Littleton Public Schools wins tax increase to offset faltering state support

Ballot Issue 4C passes solidly; will stave off 'draconian' cuts


Littleton Public Schools will stave off what district officials called catastrophic cuts after voters solidly approved Ballot Issue 4C, which raises property taxes to make up for eroding state support exacerbated by the COVID-19 pandemic.

The measure was passing with 57.9% support in preliminary returns on Nov. 3, making it the latest in a long series of tax measures supporting the district passed by voters.

The measure approves a mill levy override that aims to raise $12 million in its first year, in efforts to offset slashed state funding and increased expenses related to the pandemic.

Had the measure failed, the cuts likely would have been wide-ranging, from layoffs to deep cuts to bus transportation, athletics and programs like Options High School.

Superintendent Brian Ewert said the measure passing means stability in an uncertain time.

“Without this, we would have been changing the face of the district,” Ewert said. “The community stepped up for us, which is pretty amazing considering we're in an economic downturn as well as a pandemic.”

The district, which serves about 15,000 students, is facing reduced state funding of about $18.5 million in the 2020-2021 school year, part of ongoing statewide cuts stretching back to the Great Recession called the “negative factor” — a policy of withholding funds otherwise due to schools under the terms of Amendment 23.

The $18.5 million shortfall is more than double the "negative factor" imposed on Littleton in the 2019-2020 school year, largely as fallout from $3.3 billion in statewide cuts approved by the Colorado legislature in May as coronavirus wreaked havoc on state tax revenue collection.

The gap between the state cuts and the federal funds this year will be exacerbated by a further $4.2 million in cuts already approved by the LPS school board last fall, caused by rising costs and stagnant state funding, spurring the district to eliminate 17 positions.

Though the district received a one-time cash infusion of more than $6 million from the federal CARES Act, the district is facing a wide range of rising costs, including the cost of running the TOPS program, a fully-online alternative to in-person learning that will run at least through the end of this school year and could top $5 million in expenses.

Even with the passage of 4C, the district isn't out of the woods yet, Ewert said.

“This will stabilize the conversation, but we still may have to make cuts — they just won't be so draconian,” he said.

Currently, district residents pay a mill levy rate of 59.266 toward LPS, or $423.75 per year per $100,000 of home value.

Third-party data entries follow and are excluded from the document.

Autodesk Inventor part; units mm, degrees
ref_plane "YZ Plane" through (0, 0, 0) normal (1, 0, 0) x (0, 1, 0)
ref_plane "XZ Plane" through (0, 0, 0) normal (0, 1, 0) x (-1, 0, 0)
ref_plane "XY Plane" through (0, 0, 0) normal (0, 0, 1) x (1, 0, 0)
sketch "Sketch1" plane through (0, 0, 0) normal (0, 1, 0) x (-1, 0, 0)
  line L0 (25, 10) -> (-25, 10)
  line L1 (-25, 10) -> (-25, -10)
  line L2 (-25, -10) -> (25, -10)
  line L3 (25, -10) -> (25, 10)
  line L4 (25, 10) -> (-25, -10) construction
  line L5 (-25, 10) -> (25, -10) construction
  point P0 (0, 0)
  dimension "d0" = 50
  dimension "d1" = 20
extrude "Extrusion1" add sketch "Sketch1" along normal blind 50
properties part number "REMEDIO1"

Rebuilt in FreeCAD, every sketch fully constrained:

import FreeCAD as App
import Part
import Sketcher

doc = App.newDocument("Part")
body = doc.addObject("PartDesign::Body", "Body")

sketch1 = body.newObject("Sketcher::SketchObject", "Sketch")
sketch1.AttachmentSupport = (doc.getObject("XZ_Plane"), [""])
sketch1.MapMode = "FlatFace"
sketch1.addGeometry(Part.LineSegment(App.Vector(-25, -10, 0), App.Vector(-25, 10, 0)), False)
sketch1.addGeometry(Part.LineSegment(App.Vector(-25, 10, 0), App.Vector(25, 10, 0)), False)
sketch1.addGeometry(Part.LineSegment(App.Vector(25, 10, 0), App.Vector(25, -10, 0)), False)
sketch1.addGeometry(Part.LineSegment(App.Vector(25, -10, 0), App.Vector(-25, -10, 0)), False)
sketch1.addConstraint(Sketcher.Constraint("Coincident", 0, 2, 1, 1))
sketch1.addConstraint(Sketcher.Constraint("Coincident", 1, 2, 2, 1))
sketch1.addConstraint(Sketcher.Constraint("Coincident", 2, 2, 3, 1))
sketch1.addConstraint(Sketcher.Constraint("Coincident", 3, 2, 0, 1))
sketch1.addConstraint(Sketcher.Constraint("Vertical", 0))
sketch1.addConstraint(Sketcher.Constraint("Horizontal", 1))
sketch1.addConstraint(Sketcher.Constraint("Vertical", 2))
sketch1.addConstraint(Sketcher.Constraint("Horizontal", 3))
sketch1.addConstraint(Sketcher.Constraint("Symmetric", 0, 2, 2, 2, -1, 1))
sketch1.addConstraint(Sketcher.Constraint("DistanceX", 1, 1, 1, 2, 50.0))
sketch1.addConstraint(Sketcher.Constraint("DistanceY", 0, 1, 0, 2, 20.0))
pad1 = body.newObject("PartDesign::Pad", "Pad")
pad1.Profile = sketch1
pad1.Length = 50
pad1.Reversed = True

doc.recompute()
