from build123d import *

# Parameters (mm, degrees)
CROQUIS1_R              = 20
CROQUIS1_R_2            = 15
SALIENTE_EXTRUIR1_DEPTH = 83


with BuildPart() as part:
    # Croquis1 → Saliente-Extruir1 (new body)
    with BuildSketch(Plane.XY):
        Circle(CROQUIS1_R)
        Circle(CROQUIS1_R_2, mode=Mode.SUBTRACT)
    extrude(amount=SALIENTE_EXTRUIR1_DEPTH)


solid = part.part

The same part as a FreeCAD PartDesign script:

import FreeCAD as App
import Part
import Sketcher
from FreeCAD import Vector

doc = App.newDocument("Part")
params = doc.addObject("Spreadsheet::Sheet", "Params")
for row, (alias, value) in enumerate([
    ("sketch1_diameter", "40 mm"),
    ("sketch1_diameter2", "30 mm"),
    ("pad1_length", "83 mm"),
], start=1):
    params.set(f"A{row}", alias)
    params.set(f"B{row}", "=" + value)
    params.setAlias(f"B{row}", alias)

body = doc.addObject("PartDesign::Body", "Body")

sketch1 = body.newObject("Sketcher::SketchObject", "Sketch")
sketch1.AttachmentSupport = (doc.getObject("XY_Plane"), [""])
sketch1.MapMode = "FlatFace"
sketch1.addGeometry(Part.Circle(Vector(0, 0, 0), Vector(0, 0, 1), 20), False)
sketch1.addGeometry(Part.Circle(Vector(0, 0, 0), Vector(0, 0, 1), 15), False)
sketch1.addConstraint(Sketcher.Constraint("Coincident", 0, 3, -1, 1))
sketch1.addConstraint(Sketcher.Constraint("Coincident", 1, 3, -1, 1))
sketch1.addConstraint(Sketcher.Constraint("Diameter", 0, 40.0))
sketch1.addConstraint(Sketcher.Constraint("Diameter", 1, 30.0))
sketch1.setExpression("Constraints[2]", "Params.sketch1_diameter")
sketch1.setExpression("Constraints[3]", "Params.sketch1_diameter2")
pad1 = body.newObject("PartDesign::Pad", "Pad")
pad1.Profile = sketch1
pad1.setExpression("Length", "Params.pad1_length")

doc.recompute()
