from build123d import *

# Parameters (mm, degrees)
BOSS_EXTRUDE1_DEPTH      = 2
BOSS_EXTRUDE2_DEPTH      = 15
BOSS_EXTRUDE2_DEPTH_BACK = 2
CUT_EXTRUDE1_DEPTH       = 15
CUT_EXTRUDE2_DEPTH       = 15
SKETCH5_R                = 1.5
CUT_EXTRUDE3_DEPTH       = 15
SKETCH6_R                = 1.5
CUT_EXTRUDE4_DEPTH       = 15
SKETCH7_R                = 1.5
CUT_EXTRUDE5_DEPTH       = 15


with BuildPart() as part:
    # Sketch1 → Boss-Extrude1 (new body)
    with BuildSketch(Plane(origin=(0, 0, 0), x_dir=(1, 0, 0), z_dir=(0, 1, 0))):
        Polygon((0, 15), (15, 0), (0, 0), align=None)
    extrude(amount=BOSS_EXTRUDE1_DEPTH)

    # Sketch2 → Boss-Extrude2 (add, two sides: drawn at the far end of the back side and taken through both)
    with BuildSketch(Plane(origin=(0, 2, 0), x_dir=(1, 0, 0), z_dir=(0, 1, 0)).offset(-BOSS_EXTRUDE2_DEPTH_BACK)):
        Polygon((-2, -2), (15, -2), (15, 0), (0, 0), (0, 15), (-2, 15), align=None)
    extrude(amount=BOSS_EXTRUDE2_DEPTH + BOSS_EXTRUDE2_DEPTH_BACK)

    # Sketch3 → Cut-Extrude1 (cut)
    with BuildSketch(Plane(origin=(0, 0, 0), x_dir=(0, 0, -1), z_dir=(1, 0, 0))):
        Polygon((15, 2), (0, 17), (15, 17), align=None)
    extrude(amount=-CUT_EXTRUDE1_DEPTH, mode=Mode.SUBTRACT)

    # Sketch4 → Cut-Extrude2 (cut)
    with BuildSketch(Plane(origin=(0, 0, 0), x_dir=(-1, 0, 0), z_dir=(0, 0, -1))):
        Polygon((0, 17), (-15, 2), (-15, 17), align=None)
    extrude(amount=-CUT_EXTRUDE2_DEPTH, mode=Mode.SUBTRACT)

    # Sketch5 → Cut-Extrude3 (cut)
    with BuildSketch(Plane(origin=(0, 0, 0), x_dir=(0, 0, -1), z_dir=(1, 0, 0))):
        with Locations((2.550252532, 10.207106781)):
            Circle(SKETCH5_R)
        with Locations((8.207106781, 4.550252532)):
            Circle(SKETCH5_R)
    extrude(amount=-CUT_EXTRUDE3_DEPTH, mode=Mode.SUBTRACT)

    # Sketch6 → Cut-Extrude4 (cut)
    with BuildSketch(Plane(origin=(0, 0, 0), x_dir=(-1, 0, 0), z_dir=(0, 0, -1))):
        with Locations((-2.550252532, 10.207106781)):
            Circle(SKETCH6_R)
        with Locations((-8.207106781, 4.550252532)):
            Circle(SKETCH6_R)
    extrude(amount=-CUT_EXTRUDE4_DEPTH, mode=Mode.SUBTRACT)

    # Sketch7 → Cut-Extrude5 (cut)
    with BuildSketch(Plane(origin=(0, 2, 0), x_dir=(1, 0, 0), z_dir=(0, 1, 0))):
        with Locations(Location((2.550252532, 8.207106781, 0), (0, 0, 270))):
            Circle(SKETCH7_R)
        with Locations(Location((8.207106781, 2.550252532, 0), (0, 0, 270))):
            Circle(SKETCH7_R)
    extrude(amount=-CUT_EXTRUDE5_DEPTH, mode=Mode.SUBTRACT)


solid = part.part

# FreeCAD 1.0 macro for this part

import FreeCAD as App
import Part
import Sketcher
Q = App.Units.Quantity


def add_polygon(sketch, points):
    """Adds a closed chain of lines whose ends are joined by coincident constraints."""
    first, n = sketch.GeometryCount, len(points)
    for a, b in zip(points, points[1:] + points[:1]):
        sketch.addGeometry(Part.LineSegment(App.Vector(*a, 0), App.Vector(*b, 0)), False)
    for i in range(n):
        sketch.addConstraint(Sketcher.Constraint("Coincident", first + i, 2, first + (i + 1) % n, 1))

doc = App.newDocument("Part")
params = doc.addObject("Spreadsheet::Sheet", "Params")
for row, (alias, value) in enumerate([
    ("sketch1_width", "15 mm"),
    ("pad1_length", "2 mm"),
    ("sketch2_width", "17 mm"),
    ("sketch2_width2", "15 mm"),
    ("pad2_length", "15 mm"),
    ("pad2_length2", "2 mm"),
    ("sketch3_width", "15 mm"),
    ("pocket1_length", "15 mm"),
    ("sketch4_width", "15 mm"),
    ("pocket2_length", "15 mm"),
    ("sketch5_diameter", "3 mm"),
    ("pocket3_length", "15 mm"),
    ("sketch6_diameter", "3 mm"),
    ("pocket4_length", "15 mm"),
    ("sketch7_diameter", "3 mm"),
    ("pocket5_length", "15 mm"),
], start=1):
    params.set(f"A{row}", alias)
    params.set(f"B{row}", "=" + value)
    params.setAlias(f"B{row}", alias)

body = doc.addObject("PartDesign::Body", "Body")

# Sketch on XZ plane
sketch1 = body.newObject("Sketcher::SketchObject", "Sketch")
sketch1.AttachmentSupport = (doc.getObject("XZ_Plane"), [""])
sketch1.MapMode = "FlatFace"
add_polygon(sketch1, [(15, 0), (0, -15), (0, 0)])  # lines 0-2
sketch1.addConstraint([
    Sketcher.Constraint("Vertical", 1),
    Sketcher.Constraint("Horizontal", 2),
    Sketcher.Constraint("Coincident", 1, 2, -1, 1),
    Sketcher.Constraint("Equal", 2, 1),
    Sketcher.Constraint("DistanceX", 2, 1, 2, 2, Q("15 mm")),
])
sketch1.setExpression("Constraints[7]", "Params.sketch1_width")
pad1 = body.newObject("PartDesign::Pad", "Pad")
pad1.Profile = sketch1
pad1.setExpression("Length", "Params.pad1_length")
pad1.Reversed = True

# Sketch on XZ plane
sketch2 = body.newObject("Sketcher::SketchObject", "Sketch001")
sketch2.AttachmentSupport = (doc.getObject("XZ_Plane"), [""])
sketch2.MapMode = "FlatFace"
sketch2.AttachmentOffset = App.Placement(App.Vector(0, 0, -2), App.Rotation())
add_polygon(sketch2, [(-2, 2), (15, 2), (15, 0), (0, 0), (0, -15), (-2, -15)])  # lines 0-5
sketch2.addConstraint([
    Sketcher.Constraint("Horizontal", 0),
    Sketcher.Constraint("Vertical", 1),
    Sketcher.Constraint("Horizontal", 2),
    Sketcher.Constraint("Vertical", 3),
    Sketcher.Constraint("Horizontal", 4),
    Sketcher.Constraint("Vertical", 5),
    Sketcher.Constraint("Coincident", 2, 2, -1, 1),
    Sketcher.Constraint("Equal", 4, 1),
    Sketcher.Constraint("Equal", 2, 3),
    Sketcher.Constraint("DistanceX", 0, 1, 0, 2, Q("17 mm")),
    Sketcher.Constraint("DistanceX", 2, 2, 2, 1, Q("15 mm")),
])
sketch2.setExpression("Constraints[15]", "Params.sketch2_width")
sketch2.setExpression("Constraints[16]", "Params.sketch2_width2")
pad2 = body.newObject("PartDesign::Pad", "Pad001")
pad2.Profile = sketch2
pad2.Type = "TwoLengths"
pad2.setExpression("Length", "Params.pad2_length")
pad2.setExpression("Length2", "Params.pad2_length2")
pad2.Reversed = True

# Sketch on YZ plane
sketch3 = body.newObject("Sketcher::SketchObject", "Sketch002")
sketch3.AttachmentSupport = (doc.getObject("YZ_Plane"), [""])
sketch3.MapMode = "FlatFace"
add_polygon(sketch3, [(17, 0), (2, -15), (17, -15)])  # lines 0-2
sketch3.addConstraint([
    Sketcher.Constraint("Horizontal", 1),
    Sketcher.Constraint("Vertical", 2),
    Sketcher.Constraint("PointOnObject", 2, 2, -1),
    Sketcher.Constraint("Equal", 1, 2),
    Sketcher.Constraint("DistanceX", 1, 1, 1, 2, Q("15 mm")),
    Sketcher.Constraint("DistanceX", -1, 1, 0, 2, Q("2 mm")),
])
sketch3.setExpression("Constraints[7]", "Params.sketch3_width")
pocket1 = body.newObject("PartDesign::Pocket", "Pocket")
pocket1.Profile = sketch3
pocket1.setExpression("Length", "Params.pocket1_length")

# Sketch on XY plane
sketch4 = body.newObject("Sketcher::SketchObject", "Sketch003")
sketch4.AttachmentSupport = (doc.getObject("XY_Plane"), [""])
sketch4.MapMode = "FlatFace"
add_polygon(sketch4, [(15, 2), (0, 17), (15, 17)])  # lines 0-2
sketch4.addConstraint([
    Sketcher.Constraint("Horizontal", 1),
    Sketcher.Constraint("Vertical", 2),
    Sketcher.Constraint("PointOnObject", 0, 2, -2),
    Sketcher.Constraint("Equal", 1, 2),
    Sketcher.Constraint("DistanceX", 1, 1, 1, 2, Q("15 mm")),
    Sketcher.Constraint("DistanceY", -1, 1, 0, 2, Q("17 mm")),
])
sketch4.setExpression("Constraints[7]", "Params.sketch4_width")
pocket2 = body.newObject("PartDesign::Pocket", "Pocket001")
pocket2.Profile = sketch4
pocket2.setExpression("Length", "Params.pocket2_length")
pocket2.Reversed = True

# Sketch on YZ plane
sketch5 = body.newObject("Sketcher::SketchObject", "Sketch004")
sketch5.AttachmentSupport = (doc.getObject("YZ_Plane"), [""])
sketch5.MapMode = "FlatFace"
sketch5.addGeometry([
    Part.Circle(App.Vector(10.2, -2.6, 0), App.Vector(0, 0, 1), 1.5),
    Part.Circle(App.Vector(4.6, -8.2, 0), App.Vector(0, 0, 1), 1.5),
], False)
sketch5.addConstraint([
    Sketcher.Constraint("Equal", 0, 1),
    Sketcher.Constraint("Diameter", 0, Q("3 mm")),
    Sketcher.Constraint("DistanceX", -1, 1, 0, 3, Q("10.207107 mm")),
    Sketcher.Constraint("DistanceY", 0, 3, -1, 1, Q("2.550253 mm")),
    Sketcher.Constraint("DistanceX", -1, 1, 1, 3, Q("4.550253 mm")),
    Sketcher.Constraint("DistanceY", 1, 3, -1, 1, Q("8.207107 mm")),
])
sketch5.setExpression("Constraints[1]", "Params.sketch5_diameter")
pocket3 = body.newObject("PartDesign::Pocket", "Pocket002")
pocket3.Profile = sketch5
pocket3.setExpression("Length", "Params.pocket3_length")

# Sketch on XY plane
sketch6 = body.newObject("Sketcher::SketchObject", "Sketch005")
sketch6.AttachmentSupport = (doc.getObject("XY_Plane"), [""])
sketch6.MapMode = "FlatFace"
sketch6.addGeometry([
    Part.Circle(App.Vector(2.6, 10.2, 0), App.Vector(0, 0, 1), 1.5),
    Part.Circle(App.Vector(8.2, 4.6, 0), App.Vector(0, 0, 1), 1.5),
], False)
sketch6.addConstraint([
    Sketcher.Constraint("Equal", 0, 1),
    Sketcher.Constraint("Diameter", 0, Q("3 mm")),
    Sketcher.Constraint("DistanceX", -1, 1, 0, 3, Q("2.550253 mm")),
    Sketcher.Constraint("DistanceY", -1, 1, 0, 3, Q("10.207107 mm")),
    Sketcher.Constraint("DistanceX", -1, 1, 1, 3, Q("8.207107 mm")),
    Sketcher.Constraint("DistanceY", -1, 1, 1, 3, Q("4.550253 mm")),
])
sketch6.setExpression("Constraints[1]", "Params.sketch6_diameter")
pocket4 = body.newObject("PartDesign::Pocket", "Pocket003")
pocket4.Profile = sketch6
pocket4.setExpression("Length", "Params.pocket4_length")
pocket4.Reversed = True

# Sketch on XZ plane
sketch7 = body.newObject("Sketcher::SketchObject", "Sketch006")
sketch7.AttachmentSupport = (doc.getObject("XZ_Plane"), [""])
sketch7.MapMode = "FlatFace"
sketch7.AttachmentOffset = App.Placement(App.Vector(0, 0, -2), App.Rotation())
sketch7.addGeometry([
    Part.Circle(App.Vector(2.6, -8.2, 0), App.Vector(0, 0, 1), 1.5),
    Part.Circle(App.Vector(8.2, -2.6, 0), App.Vector(0, 0, 1), 1.5),
], False)
sketch7.addConstraint([
    Sketcher.Constraint("Equal", 0, 1),
    Sketcher.Constraint("Diameter", 0, Q("3 mm")),
    Sketcher.Constraint("DistanceX", -1, 1, 0, 3, Q("2.550253 mm")),
    Sketcher.Constraint("DistanceY", 0, 3, -1, 1, Q("8.207107 mm")),
    Sketcher.Constraint("DistanceX", -1, 1, 1, 3, Q("8.207107 mm")),
    Sketcher.Constraint("DistanceY", 1, 3, -1, 1, Q("2.550253 mm")),
])
sketch7.setExpression("Constraints[1]", "Params.sketch7_diameter")
pocket5 = body.newObject("PartDesign::Pocket", "Pocket004")
pocket5.Profile = sketch7
pocket5.setExpression("Length", "Params.pocket5_length")
pocket5.Reversed = True

doc.recompute()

The measure will raise the mill levy on homes in the district by 6 mills in its first year, with the option to increase by one mill per year, up to a maximum of 11. The 6-mill increase would be $42.58 per year per $100,000 of home value.

That means on a home valued at $500,000, the measure will increase the annual taxes paid toward LPS from $2,118.75 to $2,331.65.

The amount a homeowner would pay if the mill levy was increased by 11 over five years is difficult to estimate because mill levy payments are based on the property tax rate, which is subject to fluctuation. If the rate remained steady at 7.15%, a full 11-mill increase would result in an increase of roughly $78 per year per $100,000 of home value.

Ewert said he recognized that the middle of a pandemic and economic crisis is a hard time to raise taxes on many people, but said the district is an economic engine that helps buoy property values.

“One major value that drives families to Littleton is our high-performing school district,” he said. “The money you pay out comes back in the form of district employees living and spending their money here, and it comes back in the form of well-educated students.”